DONDE A RESPOSTA À PRIMEIRA OBJEÇÃO. —
Os dons em questão também se denominam virtudes, conforme a noção comum de virtude.
Tem contudo algo de supereminente a essa noção, por serem certas virtudes
divinas que aperfeiçoam o homem, enquanto movido por Deus. E por isso o
Filósofo introduz, além da virtude comum, uma virtude heróica ou divina, que
faz certos serem chamados homens divinos 14.

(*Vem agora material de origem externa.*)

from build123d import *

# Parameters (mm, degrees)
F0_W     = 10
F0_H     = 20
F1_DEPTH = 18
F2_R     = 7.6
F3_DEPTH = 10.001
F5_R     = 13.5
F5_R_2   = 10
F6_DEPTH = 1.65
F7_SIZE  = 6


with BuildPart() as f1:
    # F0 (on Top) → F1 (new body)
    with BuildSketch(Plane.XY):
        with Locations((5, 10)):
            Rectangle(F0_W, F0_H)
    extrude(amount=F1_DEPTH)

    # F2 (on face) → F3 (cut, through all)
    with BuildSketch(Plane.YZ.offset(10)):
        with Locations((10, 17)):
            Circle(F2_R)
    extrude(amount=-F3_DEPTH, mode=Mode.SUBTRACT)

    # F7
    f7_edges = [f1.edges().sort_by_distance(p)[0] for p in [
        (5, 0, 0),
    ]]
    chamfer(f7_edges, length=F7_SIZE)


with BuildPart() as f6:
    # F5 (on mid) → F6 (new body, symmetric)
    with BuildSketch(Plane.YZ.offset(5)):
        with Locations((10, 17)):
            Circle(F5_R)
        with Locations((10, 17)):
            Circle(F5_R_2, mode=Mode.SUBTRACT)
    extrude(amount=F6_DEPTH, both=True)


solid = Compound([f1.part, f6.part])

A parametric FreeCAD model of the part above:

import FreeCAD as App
import Part
import Sketcher

V = App.Vector
Q = App.Units.Quantity


def edges_at(feature, points):
    """Names of the edges that pass closest to the given points."""
    edges = feature.Shape.Edges
    near = lambda p: min(range(len(edges)), key=lambda i: edges[i].distToShape(Part.Vertex(*p))[0])
    return sorted({f"Edge{near(p) + 1}" for p in points})


def add_polygon(sketch, points):
    """Adds a closed chain of lines whose ends are joined by coincident constraints."""
    first, n = sketch.GeometryCount, len(points)
    for a, b in zip(points, points[1:] + points[:1]):
        sketch.addGeometry(Part.LineSegment(App.Vector(*a, 0), App.Vector(*b, 0)), False)
    for i in range(n):
        sketch.addConstraint(Sketcher.Constraint("Coincident", first + i, 2, first + (i + 1) % n, 1))

doc = App.newDocument("Part")
body = doc.addObject("PartDesign::Body", "Body")

# Sketch on XY plane
sketch1 = doc.addObject("Sketcher::SketchObject", "Sketch")
body.addObject(sketch1)
sketch1.AttachmentSupport = (doc.XY_Plane, [""])
sketch1.MapMode = "FlatFace"
add_polygon(sketch1, [(0, 20), (0, 0), (10, 0), (10, 20)])  # lines 0-3
sketch1.addConstraint([
    Sketcher.Constraint("Vertical", 0),
    Sketcher.Constraint("Horizontal", 1),
    Sketcher.Constraint("Vertical", 2),
    Sketcher.Constraint("Horizontal", 3),
    Sketcher.Constraint("Coincident", 0, 2, -1, 1),
    Sketcher.Constraint("DistanceX", 1, 1, 1, 2, Q("10 mm")),
    Sketcher.Constraint("DistanceY", 0, 2, 0, 1, Q("20 mm")),
])
pad1 = doc.addObject("PartDesign::Pad", "Pad")
body.addObject(pad1)
pad1.Profile = sketch1
pad1.Length = 18

# Sketch on YZ plane
sketch2 = doc.addObject("Sketcher::SketchObject", "Sketch001")
body.addObject(sketch2)
sketch2.AttachmentSupport = (doc.YZ_Plane, [""])
sketch2.MapMode = "FlatFace"
sketch2.AttachmentOffset = App.Placement(V(0, 0, 10), App.Rotation())
sketch2.addGeometry(Part.Circle(V(10, 17, 0), V(0, 0, 1), 8), False)
sketch2.addConstraint([
    Sketcher.Constraint("Diameter", 0, Q("15.2 mm")),
    Sketcher.Constraint("DistanceX", -1, 1, 0, 3, Q("10 mm")),
    Sketcher.Constraint("DistanceY", -1, 1, 0, 3, Q("17 mm")),
])
pocket1 = doc.addObject("PartDesign::Pocket", "Pocket")
body.addObject(pocket1)
pocket1.Profile = sketch2
pocket1.Type = "ThroughAll"
doc.recompute()

chamfer = doc.addObject("PartDesign::Chamfer", "Chamfer")
body.addObject(chamfer)
chamfer.Base = (pocket1, edges_at(pocket1, [(5, 0, 0)]))
chamfer.Size = 6
body2 = doc.addObject("PartDesign::Body", "Body001")

# Sketch on YZ plane
sketch3 = doc.addObject("Sketcher::SketchObject", "Sketch002")
body2.addObject(sketch3)
sketch3.AttachmentSupport = (doc.getObject("YZ_Plane001"), [""])
sketch3.MapMode = "FlatFace"
sketch3.AttachmentOffset = App.Placement(V(0, 0, 5), App.Rotation())
sketch3.addGeometry([
    Part.Circle(V(10, 17, 0), V(0, 0, 1), 14),
    Part.Circle(V(10, 17, 0), V(0, 0, 1), 10),
], False)
sketch3.addConstraint([
    Sketcher.Constraint("Coincident", 1, 3, 0, 3),
    Sketcher.Constraint("Diameter", 0, Q("27 mm")),
    Sketcher.Constraint("Diameter", 1, Q("20 mm")),
    Sketcher.Constraint("DistanceX", -1, 1, 0, 3, Q("10 mm")),
    Sketcher.Constraint("DistanceY", -1, 1, 0, 3, Q("17 mm")),
])
pad2 = doc.addObject("PartDesign::Pad", "Pad001")
body2.addObject(pad2)
pad2.Profile = sketch3
pad2.Length = 3.3
pad2.Midplane = True

doc.recompute()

RESPOSTA À SEGUNDA. — Os vícios sendo
contrários aos bens da razão também contrariam as virtudes, como contrários,
porém, à divina inspiração, contrariam os dons. Ora, contrariar a Deus é também
contrariar a razão, cujo lume deriva de Deus.
RESPOSTA À TERCEIRA. — A definição em
apreço dá-se da virtude quanto ao seu modo comum de ser. Donde, se quisermos
restringir a definição às virtudes, enquanto distintas dos dons, diremos que a
expressão — pela qual vivemos rectamente — deve ser entendida da rectidão da
vida conforme a regra da razão. Semelhantemente, o dom, enquanto distinto da
virtude infusa, pode ser considerado como o dado por Deus para lhe recebermos a
moção, que leva o homem a seguir rectamente as suas inspirações.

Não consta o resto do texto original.